Rolls-Royce has today welcomed the UK government's decision to advance its small modular reactor programme. The government says it will commit GBP18.0 million (USD22.4 million) of initial funds to support the development of the power plant as part of the Industrial Strategy Challenge Fund, subject to final confirmation in the early autumn.A rendering of a plant based on Rolls-Royce's SMR (Image: Rolls-Royce)
Rolls-Royce and its partners have said a UK SMR programme could contribute GBP100 billion to the UK economy and open up a global export market. The consortium comprises Rolls-Royce, Assystem, SNC Lavalin/Atkins, Wood, Arup, Laing O’Rourke, BAM Nuttall, Siemens, National Nuclear Laboratory (NNL) and Nuclear AMRC.
"Our design will bolster the UK's ambitions to tackle climate change while taking a further step towards creating an estimated 40,000 British jobs, reinvigorating a vital part of the country’s advanced manufacturing base and potentially generating hundreds of billions of pounds in export revenues," the British engineering firm said. "By working with the consortium, led by Rolls-Royce, the government has “laid the foundations for a homegrown nuclear power plant industry."
The company added that this will: provide the reliable and affordable electricity that Britain needs to lead the world in the drive towards net-zero carbon emissions; further bolster the take-up of other renewable energies, by providing reliable power, helping to guarantee Britain’s energy security and position as a leading innovator in low-carbon technologies; inspire a new generation of young engineers, chemists and physicists, draw upon the expertise of the country’s world-leading universities and create valuable intellectual property; offer opportunities to revitalise parts of Britain’s heavy industry and unlock prosperity across the UK regions through the construction and operation of power stations and advanced manufacturing facilities; open up employment opportunities within the SMEs that will be needed both in the manufacturing supply chain and support areas.
"Funding from the government will be matched in part by contributions from the consortium and by attracting third-party investment.

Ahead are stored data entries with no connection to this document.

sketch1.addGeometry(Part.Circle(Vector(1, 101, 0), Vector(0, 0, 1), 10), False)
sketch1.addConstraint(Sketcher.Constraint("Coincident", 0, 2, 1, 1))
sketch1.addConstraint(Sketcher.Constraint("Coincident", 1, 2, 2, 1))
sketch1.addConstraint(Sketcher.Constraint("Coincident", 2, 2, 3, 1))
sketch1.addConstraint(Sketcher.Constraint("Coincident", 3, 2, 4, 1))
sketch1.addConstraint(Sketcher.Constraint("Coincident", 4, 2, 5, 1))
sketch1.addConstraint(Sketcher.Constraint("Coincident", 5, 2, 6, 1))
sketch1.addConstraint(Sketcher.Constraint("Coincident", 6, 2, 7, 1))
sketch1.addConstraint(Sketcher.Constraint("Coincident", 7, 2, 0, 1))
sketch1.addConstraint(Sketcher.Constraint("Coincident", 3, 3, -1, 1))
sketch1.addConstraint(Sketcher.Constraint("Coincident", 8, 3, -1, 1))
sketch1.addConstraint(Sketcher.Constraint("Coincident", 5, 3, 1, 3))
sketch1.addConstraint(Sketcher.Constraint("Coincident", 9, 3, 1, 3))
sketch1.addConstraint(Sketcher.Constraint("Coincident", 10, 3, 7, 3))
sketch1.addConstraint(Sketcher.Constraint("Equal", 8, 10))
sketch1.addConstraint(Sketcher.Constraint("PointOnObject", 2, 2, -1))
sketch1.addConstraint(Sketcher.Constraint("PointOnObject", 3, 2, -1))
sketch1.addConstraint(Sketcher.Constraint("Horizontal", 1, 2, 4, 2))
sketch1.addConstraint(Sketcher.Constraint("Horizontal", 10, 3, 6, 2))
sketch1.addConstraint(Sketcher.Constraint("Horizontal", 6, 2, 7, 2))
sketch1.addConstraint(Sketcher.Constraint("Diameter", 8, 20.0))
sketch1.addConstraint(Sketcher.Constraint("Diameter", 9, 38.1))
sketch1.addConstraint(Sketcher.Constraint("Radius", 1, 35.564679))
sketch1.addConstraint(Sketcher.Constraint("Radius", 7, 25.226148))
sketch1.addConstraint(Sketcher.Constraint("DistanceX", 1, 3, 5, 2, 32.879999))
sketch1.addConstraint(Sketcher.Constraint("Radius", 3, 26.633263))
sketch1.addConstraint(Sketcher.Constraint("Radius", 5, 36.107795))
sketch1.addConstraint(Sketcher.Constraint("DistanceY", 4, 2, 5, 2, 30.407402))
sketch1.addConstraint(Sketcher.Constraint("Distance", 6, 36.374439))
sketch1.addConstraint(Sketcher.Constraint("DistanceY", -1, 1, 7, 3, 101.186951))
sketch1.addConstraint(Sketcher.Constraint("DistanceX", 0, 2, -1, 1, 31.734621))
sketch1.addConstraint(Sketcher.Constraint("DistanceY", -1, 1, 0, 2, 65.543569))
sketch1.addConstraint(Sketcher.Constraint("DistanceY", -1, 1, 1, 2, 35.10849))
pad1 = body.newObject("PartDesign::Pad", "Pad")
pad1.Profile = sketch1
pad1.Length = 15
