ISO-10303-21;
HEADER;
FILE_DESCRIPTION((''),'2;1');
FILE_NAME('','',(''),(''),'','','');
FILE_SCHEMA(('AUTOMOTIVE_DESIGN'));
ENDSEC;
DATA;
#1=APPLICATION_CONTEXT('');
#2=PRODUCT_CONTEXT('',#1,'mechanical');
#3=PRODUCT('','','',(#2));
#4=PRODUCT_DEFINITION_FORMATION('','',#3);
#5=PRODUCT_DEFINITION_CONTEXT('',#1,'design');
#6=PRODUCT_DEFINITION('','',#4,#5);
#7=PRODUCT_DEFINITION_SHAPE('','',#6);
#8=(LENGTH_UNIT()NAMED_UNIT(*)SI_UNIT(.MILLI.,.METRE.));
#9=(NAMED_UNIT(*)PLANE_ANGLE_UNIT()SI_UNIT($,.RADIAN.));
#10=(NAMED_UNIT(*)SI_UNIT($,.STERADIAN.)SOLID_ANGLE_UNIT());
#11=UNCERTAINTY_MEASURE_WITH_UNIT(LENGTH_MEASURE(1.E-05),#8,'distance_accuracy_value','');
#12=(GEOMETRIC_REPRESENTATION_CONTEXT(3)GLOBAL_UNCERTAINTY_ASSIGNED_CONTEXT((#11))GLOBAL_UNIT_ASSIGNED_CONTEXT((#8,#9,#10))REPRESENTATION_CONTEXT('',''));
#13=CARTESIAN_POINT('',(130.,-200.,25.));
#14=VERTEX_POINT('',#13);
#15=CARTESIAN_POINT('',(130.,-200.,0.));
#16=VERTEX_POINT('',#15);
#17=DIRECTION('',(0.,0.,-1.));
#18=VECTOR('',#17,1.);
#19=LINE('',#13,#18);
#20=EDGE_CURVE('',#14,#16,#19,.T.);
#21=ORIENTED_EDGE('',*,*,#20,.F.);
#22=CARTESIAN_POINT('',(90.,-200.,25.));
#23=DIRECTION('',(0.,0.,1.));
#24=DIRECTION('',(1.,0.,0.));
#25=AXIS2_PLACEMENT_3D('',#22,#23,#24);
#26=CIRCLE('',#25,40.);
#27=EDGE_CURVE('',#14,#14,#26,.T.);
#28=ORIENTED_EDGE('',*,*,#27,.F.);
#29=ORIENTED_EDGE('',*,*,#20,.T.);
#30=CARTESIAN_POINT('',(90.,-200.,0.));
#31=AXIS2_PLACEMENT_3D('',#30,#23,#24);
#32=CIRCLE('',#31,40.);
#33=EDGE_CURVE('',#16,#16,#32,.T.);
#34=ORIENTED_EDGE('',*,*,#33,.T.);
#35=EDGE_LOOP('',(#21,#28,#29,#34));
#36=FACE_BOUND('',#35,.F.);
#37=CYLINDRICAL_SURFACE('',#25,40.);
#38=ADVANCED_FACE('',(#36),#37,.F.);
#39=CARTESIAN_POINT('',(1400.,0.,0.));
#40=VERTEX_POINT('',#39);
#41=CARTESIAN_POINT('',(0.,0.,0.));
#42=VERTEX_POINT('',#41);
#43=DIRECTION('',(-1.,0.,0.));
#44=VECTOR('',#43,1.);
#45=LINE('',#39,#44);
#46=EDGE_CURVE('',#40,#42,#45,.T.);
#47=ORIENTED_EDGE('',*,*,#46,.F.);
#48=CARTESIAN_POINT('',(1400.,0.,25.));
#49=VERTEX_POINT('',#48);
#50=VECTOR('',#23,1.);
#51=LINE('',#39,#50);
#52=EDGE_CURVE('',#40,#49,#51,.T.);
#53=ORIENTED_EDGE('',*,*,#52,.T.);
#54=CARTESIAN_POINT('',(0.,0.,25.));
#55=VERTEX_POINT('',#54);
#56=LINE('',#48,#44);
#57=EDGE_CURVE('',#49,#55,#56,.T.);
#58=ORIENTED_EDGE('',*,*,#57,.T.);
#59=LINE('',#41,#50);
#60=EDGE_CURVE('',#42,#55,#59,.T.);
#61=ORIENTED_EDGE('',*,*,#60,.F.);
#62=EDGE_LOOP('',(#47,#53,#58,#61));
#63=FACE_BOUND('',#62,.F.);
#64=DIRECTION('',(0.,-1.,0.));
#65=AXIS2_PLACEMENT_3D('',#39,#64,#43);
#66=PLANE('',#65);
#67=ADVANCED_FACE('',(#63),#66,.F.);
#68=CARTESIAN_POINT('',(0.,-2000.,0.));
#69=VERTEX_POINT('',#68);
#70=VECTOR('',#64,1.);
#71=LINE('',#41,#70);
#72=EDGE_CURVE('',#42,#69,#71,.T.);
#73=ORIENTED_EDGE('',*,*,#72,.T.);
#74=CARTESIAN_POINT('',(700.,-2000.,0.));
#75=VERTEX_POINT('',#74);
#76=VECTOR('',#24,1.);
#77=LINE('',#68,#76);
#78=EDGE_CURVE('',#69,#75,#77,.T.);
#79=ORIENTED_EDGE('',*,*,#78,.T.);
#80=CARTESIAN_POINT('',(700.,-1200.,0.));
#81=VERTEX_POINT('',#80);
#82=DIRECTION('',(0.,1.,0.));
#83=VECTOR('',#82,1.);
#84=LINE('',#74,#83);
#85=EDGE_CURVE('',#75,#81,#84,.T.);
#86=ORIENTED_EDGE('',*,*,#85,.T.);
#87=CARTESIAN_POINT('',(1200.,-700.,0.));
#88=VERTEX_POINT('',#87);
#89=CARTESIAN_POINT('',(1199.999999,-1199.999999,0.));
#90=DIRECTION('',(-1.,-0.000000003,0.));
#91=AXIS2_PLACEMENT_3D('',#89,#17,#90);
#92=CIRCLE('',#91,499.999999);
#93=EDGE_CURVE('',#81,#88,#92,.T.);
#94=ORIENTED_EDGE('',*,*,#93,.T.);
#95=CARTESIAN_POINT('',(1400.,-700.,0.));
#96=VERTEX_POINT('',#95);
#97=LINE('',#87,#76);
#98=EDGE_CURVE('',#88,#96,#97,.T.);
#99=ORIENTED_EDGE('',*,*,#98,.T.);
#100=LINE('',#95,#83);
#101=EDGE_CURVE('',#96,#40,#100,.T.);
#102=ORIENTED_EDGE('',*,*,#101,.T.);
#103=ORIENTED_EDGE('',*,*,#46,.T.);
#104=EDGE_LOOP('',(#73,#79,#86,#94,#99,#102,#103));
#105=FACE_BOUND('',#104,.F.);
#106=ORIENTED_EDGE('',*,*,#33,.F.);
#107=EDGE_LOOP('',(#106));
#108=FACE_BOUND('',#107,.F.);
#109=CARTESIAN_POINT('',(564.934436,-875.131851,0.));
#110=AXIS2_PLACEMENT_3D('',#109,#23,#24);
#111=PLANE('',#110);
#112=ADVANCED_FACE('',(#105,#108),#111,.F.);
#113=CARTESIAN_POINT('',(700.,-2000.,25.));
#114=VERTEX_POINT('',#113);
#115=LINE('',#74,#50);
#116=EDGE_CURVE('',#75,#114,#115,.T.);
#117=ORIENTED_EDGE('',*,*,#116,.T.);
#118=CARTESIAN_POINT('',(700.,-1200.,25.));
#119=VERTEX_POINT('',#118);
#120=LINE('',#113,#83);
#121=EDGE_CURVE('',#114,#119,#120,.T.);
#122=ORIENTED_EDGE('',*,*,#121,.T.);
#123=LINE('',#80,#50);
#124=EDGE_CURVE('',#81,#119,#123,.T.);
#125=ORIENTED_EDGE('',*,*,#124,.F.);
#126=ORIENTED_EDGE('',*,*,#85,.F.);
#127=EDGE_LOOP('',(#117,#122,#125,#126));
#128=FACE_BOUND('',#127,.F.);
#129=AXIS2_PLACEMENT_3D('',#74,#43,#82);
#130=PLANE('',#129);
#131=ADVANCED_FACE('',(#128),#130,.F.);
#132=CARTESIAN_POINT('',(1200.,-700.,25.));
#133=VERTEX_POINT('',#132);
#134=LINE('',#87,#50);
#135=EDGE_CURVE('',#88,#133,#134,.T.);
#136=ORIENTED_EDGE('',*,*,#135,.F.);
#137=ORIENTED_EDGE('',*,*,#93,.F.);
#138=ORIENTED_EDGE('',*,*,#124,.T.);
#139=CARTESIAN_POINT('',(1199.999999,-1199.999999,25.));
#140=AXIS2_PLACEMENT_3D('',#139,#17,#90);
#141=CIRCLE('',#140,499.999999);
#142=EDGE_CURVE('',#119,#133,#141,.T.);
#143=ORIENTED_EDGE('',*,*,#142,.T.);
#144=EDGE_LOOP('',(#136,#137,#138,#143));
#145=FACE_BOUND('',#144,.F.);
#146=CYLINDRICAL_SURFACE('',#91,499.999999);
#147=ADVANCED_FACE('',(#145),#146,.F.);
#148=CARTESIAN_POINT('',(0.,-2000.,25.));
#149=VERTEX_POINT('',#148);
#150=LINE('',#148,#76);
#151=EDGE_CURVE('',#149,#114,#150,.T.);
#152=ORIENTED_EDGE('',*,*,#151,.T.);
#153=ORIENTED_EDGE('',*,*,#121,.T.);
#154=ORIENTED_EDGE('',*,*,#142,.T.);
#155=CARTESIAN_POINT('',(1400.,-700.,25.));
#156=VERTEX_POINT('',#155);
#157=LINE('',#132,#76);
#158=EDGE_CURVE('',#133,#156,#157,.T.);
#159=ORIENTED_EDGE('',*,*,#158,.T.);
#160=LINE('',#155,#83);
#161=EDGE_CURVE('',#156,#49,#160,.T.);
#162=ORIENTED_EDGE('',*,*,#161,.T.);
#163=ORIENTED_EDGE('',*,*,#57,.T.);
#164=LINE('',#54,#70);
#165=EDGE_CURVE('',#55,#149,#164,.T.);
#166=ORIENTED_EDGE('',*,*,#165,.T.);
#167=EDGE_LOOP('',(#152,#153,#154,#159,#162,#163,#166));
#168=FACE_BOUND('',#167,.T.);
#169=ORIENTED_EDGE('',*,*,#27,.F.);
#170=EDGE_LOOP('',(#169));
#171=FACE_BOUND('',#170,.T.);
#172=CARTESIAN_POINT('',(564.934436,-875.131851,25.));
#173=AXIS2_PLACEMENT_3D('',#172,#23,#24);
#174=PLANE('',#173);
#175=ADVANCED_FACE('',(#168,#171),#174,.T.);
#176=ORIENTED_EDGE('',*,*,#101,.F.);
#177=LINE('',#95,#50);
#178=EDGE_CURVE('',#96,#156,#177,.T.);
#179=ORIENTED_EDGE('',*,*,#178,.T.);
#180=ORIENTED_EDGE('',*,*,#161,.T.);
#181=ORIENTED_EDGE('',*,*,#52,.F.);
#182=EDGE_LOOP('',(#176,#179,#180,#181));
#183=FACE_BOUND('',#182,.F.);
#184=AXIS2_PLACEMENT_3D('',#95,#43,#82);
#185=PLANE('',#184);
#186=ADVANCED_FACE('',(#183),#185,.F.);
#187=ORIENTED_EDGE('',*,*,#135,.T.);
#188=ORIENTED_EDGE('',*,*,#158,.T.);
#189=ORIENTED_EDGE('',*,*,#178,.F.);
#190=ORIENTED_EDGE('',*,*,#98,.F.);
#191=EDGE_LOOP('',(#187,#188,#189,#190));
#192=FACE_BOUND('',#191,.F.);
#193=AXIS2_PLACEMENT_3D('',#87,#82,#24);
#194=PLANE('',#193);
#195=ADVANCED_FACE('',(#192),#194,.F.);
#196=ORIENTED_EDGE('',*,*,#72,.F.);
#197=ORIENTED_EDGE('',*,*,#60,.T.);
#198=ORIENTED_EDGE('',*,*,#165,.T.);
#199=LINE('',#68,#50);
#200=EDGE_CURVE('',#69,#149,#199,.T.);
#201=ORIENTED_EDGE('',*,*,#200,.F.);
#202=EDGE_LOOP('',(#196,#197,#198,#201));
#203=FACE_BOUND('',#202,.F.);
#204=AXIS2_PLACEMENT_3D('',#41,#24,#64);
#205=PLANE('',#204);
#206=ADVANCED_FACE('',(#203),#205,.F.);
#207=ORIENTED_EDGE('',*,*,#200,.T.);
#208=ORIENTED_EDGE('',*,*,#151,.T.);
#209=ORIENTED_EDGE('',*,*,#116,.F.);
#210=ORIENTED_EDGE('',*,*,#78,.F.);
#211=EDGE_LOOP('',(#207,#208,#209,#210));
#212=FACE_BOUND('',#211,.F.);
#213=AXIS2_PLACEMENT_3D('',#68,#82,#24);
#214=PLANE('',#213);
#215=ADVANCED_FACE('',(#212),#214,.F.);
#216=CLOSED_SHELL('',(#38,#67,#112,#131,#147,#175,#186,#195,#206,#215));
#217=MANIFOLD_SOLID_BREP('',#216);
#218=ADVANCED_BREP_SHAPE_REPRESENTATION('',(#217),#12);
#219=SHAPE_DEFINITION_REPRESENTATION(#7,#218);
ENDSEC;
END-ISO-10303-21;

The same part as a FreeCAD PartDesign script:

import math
import FreeCAD as App
import Part
import Sketcher
from FreeCAD import Vector
Q = App.Units.Quantity

doc = App.newDocument("Part")
body = doc.addObject("PartDesign::Body", "Body")

# Sketch on XY plane
sketch1 = body.newObject("Sketcher::SketchObject", "Sketch")
sketch1.AttachmentSupport = (doc.getObject("XY_Plane"), [""])
sketch1.MapMode = "FlatFace"
sketch1.addGeometry(Part.LineSegment(Vector(1400, 0, 0), Vector(0, 0, 0)), False)
sketch1.addGeometry(Part.LineSegment(Vector(0, 0, 0), Vector(0, -2000, 0)), False)
sketch1.addGeometry(Part.LineSegment(Vector(0, -2000, 0), Vector(700, -2000, 0)), False)
sketch1.addGeometry(Part.LineSegment(Vector(700, -2000, 0), Vector(700, -1200, 0)), False)
sketch1.addGeometry(Part.ArcOfCircle(Part.Circle(Vector(1200, -1200, 0), Vector(0, 0, 1), 500), math.radians(90), math.radians(180)), False)
sketch1.addGeometry(Part.LineSegment(Vector(1200, -700, 0), Vector(1400, -700, 0)), False)
sketch1.addGeometry(Part.LineSegment(Vector(1400, -700, 0), Vector(1400, 0, 0)), False)
sketch1.addConstraint(Sketcher.Constraint("Coincident", 0, 2, 1, 1))
sketch1.addConstraint(Sketcher.Constraint("Coincident", 1, 2, 2, 1))
sketch1.addConstraint(Sketcher.Constraint("Coincident", 2, 2, 3, 1))
sketch1.addConstraint(Sketcher.Constraint("Tangent", 3, 2, 4, 2))
sketch1.addConstraint(Sketcher.Constraint("Tangent", 4, 1, 5, 1))
sketch1.addConstraint(Sketcher.Constraint("Coincident", 5, 2, 6, 1))
sketch1.addConstraint(Sketcher.Constraint("Coincident", 6, 2, 0, 1))
sketch1.addConstraint(Sketcher.Constraint("Horizontal", 0))
sketch1.addConstraint(Sketcher.Constraint("Vertical", 1))
sketch1.addConstraint(Sketcher.Constraint("Horizontal", 2))
sketch1.addConstraint(Sketcher.Constraint("Vertical", 3))
sketch1.addConstraint(Sketcher.Constraint("Horizontal", 5))
sketch1.addConstraint(Sketcher.Constraint("Vertical", 6))
sketch1.addConstraint(Sketcher.Constraint("Coincident", 0, 2, -1, 1))
sketch1.addConstraint(Sketcher.Constraint("Equal", 2, 6))
sketch1.addConstraint(Sketcher.Constraint("Radius", 4, Q("499.999999 mm")))
sketch1.addConstraint(Sketcher.Constraint("DistanceX", 0, 2, 0, 1, Q("1400 mm")))
sketch1.addConstraint(Sketcher.Constraint("DistanceX", 2, 1, 2, 2, Q("700 mm")))
sketch1.addConstraint(Sketcher.Constraint("DistanceY", 1, 2, 1, 1, Q("2000 mm")))
pad1 = body.newObject("PartDesign::Pad", "Pad")
pad1.Profile = sketch1
pad1.Length = 25

# Sketch on XY plane
sketch2 = body.newObject("Sketcher::SketchObject", "Sketch001")
sketch2.AttachmentSupport = (doc.getObject("XY_Plane"), [""])
sketch2.MapMode = "FlatFace"
sketch2.AttachmentOffset = App.Placement(Vector(0, 0, 25), App.Rotation())
sketch2.addGeometry(Part.Circle(Vector(90, -200, 0), Vector(0, 0, 1), 40), False)
sketch2.addConstraint(Sketcher.Constraint("Diameter", 0, Q("80 mm")))
sketch2.addConstraint(Sketcher.Constraint("DistanceX", -1, 1, 0, 3, Q("90 mm")))
sketch2.addConstraint(Sketcher.Constraint("DistanceY", 0, 3, -1, 1, Q("200 mm")))
pocket1 = body.newObject("PartDesign::Pocket", "Pocket")
pocket1.Profile = sketch2
pocket1.Type = "ThroughAll"

doc.recompute()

The investment is needed to mature the design, address the considerable manufacturing technology requirements and to progress the regulatory licensing process," Rolls-Royce said. "It will also give companies within the UK supply chain the confidence they need to plan investments in capability so that the UK’s low-carbon energy industry can become a global player, matching the Government’s ambitions for the country to be a global leader in tackling climate change."
There have already been expressions of interest from other countries, it added, reinforcing the consortium's confidence in the potential scale of the export opportunity, which it says could be more than GBP250 billion.
The design's technical and commercial foundations have been validated, it said, by the UK Research and Innovation team's assessment for the Industrial Strategy Challenge Fund; the independent assessment by the government's Expert Finance Working Group; and by due diligence led by the Department for Business, Energy and Industrial Strategy.
In a separate statemet, Tom Jones, vice president of international business development at Assystem, said: "This early investment in the design phase will be key for the country's economy as well as its ambition towards achieving net zero and tackling climate change."